Islay whiskies hold almost God like status in the scotch world owing to its unique maritime and rich peaty-fire ember like character. It’s very likely that every whisky forum has at least once had its share of Laphy / Ardie cults religiously backing their die hard views. So when you are presented with an Islay, expectations can typically end high.

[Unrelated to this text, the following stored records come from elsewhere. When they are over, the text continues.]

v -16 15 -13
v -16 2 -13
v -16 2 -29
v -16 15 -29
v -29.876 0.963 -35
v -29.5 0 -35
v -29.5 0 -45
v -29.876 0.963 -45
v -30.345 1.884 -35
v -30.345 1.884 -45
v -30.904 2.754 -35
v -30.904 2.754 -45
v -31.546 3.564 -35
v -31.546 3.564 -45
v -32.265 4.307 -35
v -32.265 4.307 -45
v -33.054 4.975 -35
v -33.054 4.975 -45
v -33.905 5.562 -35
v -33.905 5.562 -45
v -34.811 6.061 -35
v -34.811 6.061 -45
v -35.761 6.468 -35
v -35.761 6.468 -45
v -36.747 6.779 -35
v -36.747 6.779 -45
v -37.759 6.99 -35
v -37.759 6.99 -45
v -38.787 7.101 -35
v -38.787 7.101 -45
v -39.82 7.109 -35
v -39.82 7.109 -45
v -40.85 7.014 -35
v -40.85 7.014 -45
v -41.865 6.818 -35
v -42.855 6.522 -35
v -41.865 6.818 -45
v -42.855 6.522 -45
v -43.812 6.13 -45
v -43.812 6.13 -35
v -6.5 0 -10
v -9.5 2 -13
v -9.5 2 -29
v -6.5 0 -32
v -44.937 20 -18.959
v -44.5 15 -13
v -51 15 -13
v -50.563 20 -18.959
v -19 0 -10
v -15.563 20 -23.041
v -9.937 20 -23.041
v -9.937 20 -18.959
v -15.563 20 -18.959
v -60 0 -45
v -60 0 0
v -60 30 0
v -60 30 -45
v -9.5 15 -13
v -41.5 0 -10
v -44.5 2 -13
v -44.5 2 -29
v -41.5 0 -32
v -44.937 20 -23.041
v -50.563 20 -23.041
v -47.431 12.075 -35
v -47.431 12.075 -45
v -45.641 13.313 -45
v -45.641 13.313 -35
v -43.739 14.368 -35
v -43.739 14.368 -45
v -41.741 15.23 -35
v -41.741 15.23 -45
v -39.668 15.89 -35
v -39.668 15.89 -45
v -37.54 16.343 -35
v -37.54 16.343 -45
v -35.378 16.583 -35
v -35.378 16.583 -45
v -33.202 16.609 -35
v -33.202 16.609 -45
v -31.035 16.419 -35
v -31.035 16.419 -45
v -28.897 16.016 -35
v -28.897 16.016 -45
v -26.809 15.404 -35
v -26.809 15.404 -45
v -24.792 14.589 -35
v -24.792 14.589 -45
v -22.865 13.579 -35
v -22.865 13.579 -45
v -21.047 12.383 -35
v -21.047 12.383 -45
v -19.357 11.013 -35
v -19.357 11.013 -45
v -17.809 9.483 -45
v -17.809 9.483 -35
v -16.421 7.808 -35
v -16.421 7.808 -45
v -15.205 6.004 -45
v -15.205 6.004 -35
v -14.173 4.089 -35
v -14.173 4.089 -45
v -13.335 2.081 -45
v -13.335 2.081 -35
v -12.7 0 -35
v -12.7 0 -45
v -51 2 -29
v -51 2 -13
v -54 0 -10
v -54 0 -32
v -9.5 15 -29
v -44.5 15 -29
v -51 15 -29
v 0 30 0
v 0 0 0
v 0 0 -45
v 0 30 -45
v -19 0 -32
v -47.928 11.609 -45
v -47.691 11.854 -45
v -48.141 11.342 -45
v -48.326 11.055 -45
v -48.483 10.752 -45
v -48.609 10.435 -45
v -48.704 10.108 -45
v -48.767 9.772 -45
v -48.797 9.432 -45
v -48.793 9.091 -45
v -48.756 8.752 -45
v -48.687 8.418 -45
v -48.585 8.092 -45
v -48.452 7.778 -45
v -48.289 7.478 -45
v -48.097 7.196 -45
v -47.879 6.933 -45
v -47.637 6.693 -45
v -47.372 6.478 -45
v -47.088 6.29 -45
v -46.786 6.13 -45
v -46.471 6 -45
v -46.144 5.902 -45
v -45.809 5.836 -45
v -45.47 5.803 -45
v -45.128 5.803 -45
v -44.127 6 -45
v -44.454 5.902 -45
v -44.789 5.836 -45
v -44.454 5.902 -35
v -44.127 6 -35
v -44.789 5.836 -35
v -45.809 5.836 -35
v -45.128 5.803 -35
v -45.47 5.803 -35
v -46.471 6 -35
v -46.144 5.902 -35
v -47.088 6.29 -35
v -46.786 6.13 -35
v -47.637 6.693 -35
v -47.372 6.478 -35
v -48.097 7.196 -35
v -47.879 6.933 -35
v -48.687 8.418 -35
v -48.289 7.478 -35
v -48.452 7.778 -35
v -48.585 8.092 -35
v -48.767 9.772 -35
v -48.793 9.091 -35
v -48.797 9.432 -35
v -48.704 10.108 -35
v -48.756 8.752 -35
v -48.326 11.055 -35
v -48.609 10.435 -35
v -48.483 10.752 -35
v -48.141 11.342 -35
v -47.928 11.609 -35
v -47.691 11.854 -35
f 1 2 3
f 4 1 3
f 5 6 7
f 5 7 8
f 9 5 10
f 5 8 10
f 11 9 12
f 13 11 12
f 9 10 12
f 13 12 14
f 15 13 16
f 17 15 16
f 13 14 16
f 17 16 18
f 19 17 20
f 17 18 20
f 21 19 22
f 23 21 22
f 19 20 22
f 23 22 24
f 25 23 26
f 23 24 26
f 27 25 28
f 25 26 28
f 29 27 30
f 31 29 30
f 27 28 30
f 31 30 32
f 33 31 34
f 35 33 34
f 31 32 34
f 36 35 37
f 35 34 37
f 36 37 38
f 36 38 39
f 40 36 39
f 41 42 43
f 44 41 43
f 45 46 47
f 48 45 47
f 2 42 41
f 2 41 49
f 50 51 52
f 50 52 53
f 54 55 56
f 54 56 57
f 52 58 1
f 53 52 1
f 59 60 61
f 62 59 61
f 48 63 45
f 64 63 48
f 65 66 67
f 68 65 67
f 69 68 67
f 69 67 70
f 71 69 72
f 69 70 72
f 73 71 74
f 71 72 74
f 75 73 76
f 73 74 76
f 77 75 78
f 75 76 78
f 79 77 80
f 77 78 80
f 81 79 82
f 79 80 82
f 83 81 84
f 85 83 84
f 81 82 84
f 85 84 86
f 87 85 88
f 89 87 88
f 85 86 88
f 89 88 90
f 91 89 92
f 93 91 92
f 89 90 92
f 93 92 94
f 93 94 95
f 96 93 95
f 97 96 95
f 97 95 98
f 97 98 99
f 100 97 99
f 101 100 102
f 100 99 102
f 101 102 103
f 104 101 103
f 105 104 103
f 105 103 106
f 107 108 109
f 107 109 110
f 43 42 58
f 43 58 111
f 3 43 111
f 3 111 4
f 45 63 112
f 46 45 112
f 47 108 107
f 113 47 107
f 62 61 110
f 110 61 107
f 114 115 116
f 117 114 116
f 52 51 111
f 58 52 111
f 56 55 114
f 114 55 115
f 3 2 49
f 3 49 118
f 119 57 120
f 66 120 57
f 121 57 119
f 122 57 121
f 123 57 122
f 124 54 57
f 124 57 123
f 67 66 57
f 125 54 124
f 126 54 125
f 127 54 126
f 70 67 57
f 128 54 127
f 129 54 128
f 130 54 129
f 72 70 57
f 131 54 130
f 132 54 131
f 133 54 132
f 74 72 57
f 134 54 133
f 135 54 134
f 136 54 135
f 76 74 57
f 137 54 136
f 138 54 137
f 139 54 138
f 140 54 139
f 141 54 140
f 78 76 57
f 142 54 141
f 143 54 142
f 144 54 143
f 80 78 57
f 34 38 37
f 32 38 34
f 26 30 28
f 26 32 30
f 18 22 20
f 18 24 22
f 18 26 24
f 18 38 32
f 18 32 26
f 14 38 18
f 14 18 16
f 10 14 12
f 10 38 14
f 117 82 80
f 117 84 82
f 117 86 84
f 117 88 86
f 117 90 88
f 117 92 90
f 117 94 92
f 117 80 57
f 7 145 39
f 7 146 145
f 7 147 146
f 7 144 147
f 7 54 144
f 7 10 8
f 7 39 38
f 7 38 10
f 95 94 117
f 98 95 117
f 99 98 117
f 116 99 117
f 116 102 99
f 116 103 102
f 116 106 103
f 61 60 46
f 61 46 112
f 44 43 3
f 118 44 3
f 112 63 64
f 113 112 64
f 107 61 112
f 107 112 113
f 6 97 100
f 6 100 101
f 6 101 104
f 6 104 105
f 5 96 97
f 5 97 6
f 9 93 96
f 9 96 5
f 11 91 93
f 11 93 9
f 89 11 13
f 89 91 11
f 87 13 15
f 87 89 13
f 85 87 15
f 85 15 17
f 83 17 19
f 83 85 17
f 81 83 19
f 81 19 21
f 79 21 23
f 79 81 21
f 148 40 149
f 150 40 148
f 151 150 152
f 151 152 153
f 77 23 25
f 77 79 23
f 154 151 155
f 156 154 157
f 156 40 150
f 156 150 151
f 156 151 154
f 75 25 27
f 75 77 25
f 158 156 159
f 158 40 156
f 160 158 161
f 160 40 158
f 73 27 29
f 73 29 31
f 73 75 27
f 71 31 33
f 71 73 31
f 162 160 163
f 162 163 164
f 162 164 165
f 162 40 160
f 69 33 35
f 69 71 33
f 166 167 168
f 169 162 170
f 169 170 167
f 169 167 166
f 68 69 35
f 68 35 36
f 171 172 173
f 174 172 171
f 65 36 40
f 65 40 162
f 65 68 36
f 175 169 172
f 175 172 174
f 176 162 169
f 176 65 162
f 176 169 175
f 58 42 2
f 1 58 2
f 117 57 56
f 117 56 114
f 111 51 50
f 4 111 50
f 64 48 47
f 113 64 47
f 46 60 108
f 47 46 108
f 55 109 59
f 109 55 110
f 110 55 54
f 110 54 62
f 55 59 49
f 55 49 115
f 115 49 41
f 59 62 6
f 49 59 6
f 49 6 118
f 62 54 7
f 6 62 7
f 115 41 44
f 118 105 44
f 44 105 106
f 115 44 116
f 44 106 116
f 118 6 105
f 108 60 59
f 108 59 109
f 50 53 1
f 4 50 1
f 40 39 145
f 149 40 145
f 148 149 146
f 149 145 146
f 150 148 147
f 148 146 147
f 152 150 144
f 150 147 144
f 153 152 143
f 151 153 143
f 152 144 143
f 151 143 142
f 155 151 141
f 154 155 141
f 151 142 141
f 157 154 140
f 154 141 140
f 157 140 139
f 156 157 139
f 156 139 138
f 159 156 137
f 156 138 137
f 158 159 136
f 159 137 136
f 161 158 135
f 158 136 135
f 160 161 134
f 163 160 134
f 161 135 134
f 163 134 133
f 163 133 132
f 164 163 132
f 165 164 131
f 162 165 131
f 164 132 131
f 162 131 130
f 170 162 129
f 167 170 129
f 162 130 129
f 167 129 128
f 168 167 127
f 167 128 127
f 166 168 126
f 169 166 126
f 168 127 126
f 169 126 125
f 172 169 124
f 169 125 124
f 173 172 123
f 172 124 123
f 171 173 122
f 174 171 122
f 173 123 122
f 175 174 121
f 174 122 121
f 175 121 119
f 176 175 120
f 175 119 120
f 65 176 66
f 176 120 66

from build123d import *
from OCP.BRepFilletAPI import BRepFilletAPI_MakeChamfer

# Parameters (mm, degrees)
SKETCH1_W           = 60
SKETCH1_H           = 45
BOSS_EXTRUDE1_DEPTH = 30
SKETCH2_W           = 6.5
SKETCH2_H           = 16
CUT_EXTRUDE1_DEPTH  = 20
CHAMFER1_SIZE       = 5
CHAMFER1_SIZE2      = 0.437443318
CHAMFER2_SIZE       = 5
CHAMFER2_SIZE2      = 5.958767963
CUT_EXTRUDE2_DEPTH  = 10
CHAMFER3_SIZE       = 3
CHAMFER3_SIZE2      = 2


with BuildPart() as part:
    # Sketch1 → Boss-Extrude1 (new body)
    with BuildSketch(Plane(origin=(0, 0, 0), x_dir=(1, 0, 0), z_dir=(0, 1, 0))):
        with Locations((-30, 22.5)):
            Rectangle(SKETCH1_W, SKETCH1_H)
    extrude(amount=BOSS_EXTRUDE1_DEPTH)

    # Sketch2 → Cut-Extrude1 (cut)
    with BuildSketch(Plane(origin=(0, 0, 0), x_dir=(-1, 0, 0), z_dir=(0, -1, 0))):
        with Locations((47.75, 21)):
            Rectangle(SKETCH2_W, SKETCH2_H)
        with Locations((12.75, 21)):
            Rectangle(SKETCH2_W, SKETCH2_H)
    extrude(amount=-CUT_EXTRUDE1_DEPTH, mode=Mode.SUBTRACT)

    # Chamfer1: one chamfer whose edges measure the first distance from different faces: ONE call of the kernel's chamfer builder (chamfer() names one face for all edges)
    chamfer1_edges_1 = [part.edges().sort_by_distance(p)[0] for p in [
        (-51, 20, -21),
    ]]
    chamfer1_side_1 = [part.faces().sort_by_distance(p)[0] for p in [
        (-51, 10, -21),
    ]]
    chamfer1_edges_2 = [part.edges().sort_by_distance(p)[0] for p in [
        (-44.5, 20, -21),
    ]]
    chamfer1_side_2 = [part.faces().sort_by_distance(p)[0] for p in [
        (-44.5, 10, -21),
    ]]
    chamfer1_edges_3 = [part.edges().sort_by_distance(p)[0] for p in [
        (-16, 20, -21),
    ]]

The Bowmore is no stranger either and has had its roots since 1779, with its origins as with most distilleries at the time spawning out of a farm. So tied is it with the Islay that its name in Gaelic translates to the “Great Reef”! The No 1 is their entry level expression, introduced to replace their ‘small batch’ release and is matured in first fill bourbon barrels. The whisky takes its name from the distillery’s ‘No. 1 Vaults’, one of the world’s oldest maturation warehouses.
ABV : 40%
Eye: Deep Gold; Caramel colouring
Nose: Caramel and sherry nuances infused with peat and wood char, cantaloupe with powdered cloves and cinnamon.

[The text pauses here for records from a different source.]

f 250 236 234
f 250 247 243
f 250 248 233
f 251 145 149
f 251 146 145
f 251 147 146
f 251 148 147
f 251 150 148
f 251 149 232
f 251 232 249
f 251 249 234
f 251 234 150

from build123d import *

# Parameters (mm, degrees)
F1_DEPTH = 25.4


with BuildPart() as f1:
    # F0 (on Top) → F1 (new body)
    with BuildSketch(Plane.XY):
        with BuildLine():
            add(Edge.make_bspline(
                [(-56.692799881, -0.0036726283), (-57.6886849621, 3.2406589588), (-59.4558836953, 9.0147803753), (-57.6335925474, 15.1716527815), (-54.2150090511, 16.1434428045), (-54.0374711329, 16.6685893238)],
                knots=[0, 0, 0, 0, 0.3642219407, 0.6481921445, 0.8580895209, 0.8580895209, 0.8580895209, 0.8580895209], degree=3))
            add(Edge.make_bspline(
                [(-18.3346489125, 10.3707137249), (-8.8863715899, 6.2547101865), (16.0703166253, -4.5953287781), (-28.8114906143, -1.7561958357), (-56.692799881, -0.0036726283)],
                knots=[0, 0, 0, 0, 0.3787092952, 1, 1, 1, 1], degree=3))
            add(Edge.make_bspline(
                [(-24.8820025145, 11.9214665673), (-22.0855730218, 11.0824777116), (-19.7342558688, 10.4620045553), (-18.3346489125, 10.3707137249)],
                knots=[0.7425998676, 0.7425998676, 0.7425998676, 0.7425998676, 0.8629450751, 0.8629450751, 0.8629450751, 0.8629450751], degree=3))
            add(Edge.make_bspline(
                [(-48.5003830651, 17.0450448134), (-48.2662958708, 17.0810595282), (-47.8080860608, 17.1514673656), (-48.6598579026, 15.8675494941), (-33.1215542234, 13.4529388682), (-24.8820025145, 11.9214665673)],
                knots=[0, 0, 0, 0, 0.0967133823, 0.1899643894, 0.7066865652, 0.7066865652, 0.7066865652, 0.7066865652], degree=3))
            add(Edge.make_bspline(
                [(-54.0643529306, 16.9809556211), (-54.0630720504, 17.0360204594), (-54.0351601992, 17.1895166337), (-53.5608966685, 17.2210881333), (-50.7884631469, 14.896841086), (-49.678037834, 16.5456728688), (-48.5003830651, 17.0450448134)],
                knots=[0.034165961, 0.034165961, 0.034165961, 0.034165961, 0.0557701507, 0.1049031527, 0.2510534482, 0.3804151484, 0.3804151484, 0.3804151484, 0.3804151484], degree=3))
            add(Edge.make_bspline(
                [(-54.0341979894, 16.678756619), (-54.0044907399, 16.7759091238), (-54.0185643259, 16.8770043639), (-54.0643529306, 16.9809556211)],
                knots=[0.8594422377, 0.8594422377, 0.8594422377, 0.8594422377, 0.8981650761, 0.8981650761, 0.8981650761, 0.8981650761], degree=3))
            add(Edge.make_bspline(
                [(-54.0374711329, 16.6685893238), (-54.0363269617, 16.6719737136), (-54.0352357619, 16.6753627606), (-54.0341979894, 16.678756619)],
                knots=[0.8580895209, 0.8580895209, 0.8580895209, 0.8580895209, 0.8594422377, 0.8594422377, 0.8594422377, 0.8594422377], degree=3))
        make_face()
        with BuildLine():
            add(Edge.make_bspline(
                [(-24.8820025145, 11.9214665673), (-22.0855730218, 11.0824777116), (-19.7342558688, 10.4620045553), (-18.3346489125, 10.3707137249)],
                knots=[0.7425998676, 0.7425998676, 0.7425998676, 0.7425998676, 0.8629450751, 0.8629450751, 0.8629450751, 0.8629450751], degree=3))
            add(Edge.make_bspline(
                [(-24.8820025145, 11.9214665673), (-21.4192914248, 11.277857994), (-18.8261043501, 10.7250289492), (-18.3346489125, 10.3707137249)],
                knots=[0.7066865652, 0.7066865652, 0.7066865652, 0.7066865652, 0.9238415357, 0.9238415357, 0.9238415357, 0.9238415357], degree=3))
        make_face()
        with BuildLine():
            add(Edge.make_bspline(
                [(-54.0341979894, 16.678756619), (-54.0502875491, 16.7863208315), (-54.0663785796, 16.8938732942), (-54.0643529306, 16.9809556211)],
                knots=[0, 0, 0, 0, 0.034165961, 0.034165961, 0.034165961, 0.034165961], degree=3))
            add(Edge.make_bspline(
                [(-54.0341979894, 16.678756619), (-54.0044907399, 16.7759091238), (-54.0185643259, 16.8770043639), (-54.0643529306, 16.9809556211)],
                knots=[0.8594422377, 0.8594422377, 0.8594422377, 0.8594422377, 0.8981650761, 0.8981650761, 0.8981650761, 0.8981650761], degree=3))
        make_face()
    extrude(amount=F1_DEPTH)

Taste: Vanilla and brown sugar, soon greeted by seaweed and moist tobacco. Some sweetness emanating from raisins, mild hints of pear and coconut alongside some grain. Trailing behind is the spice from bay leaves and pepper.
Finish: Medium – Peaty and grassy.
The No 1 is a peat affinite expression that summons a loving warmth on the palate owing to its spice. A delightful dram that finds itself on thin ice once those primary driving flavours begin to sober down. The whisky is guilty of being very one dimensional in character; I would have loved the Bowmore should it have had a bit more complexity. I almost felt it was a bit watered down with only the peat holding the spirit together.
For AUD $70, the Bowmore offers decent value but does lack lustre, missing several checks for what otherwise could have been a lovely Islay expression from the distillery.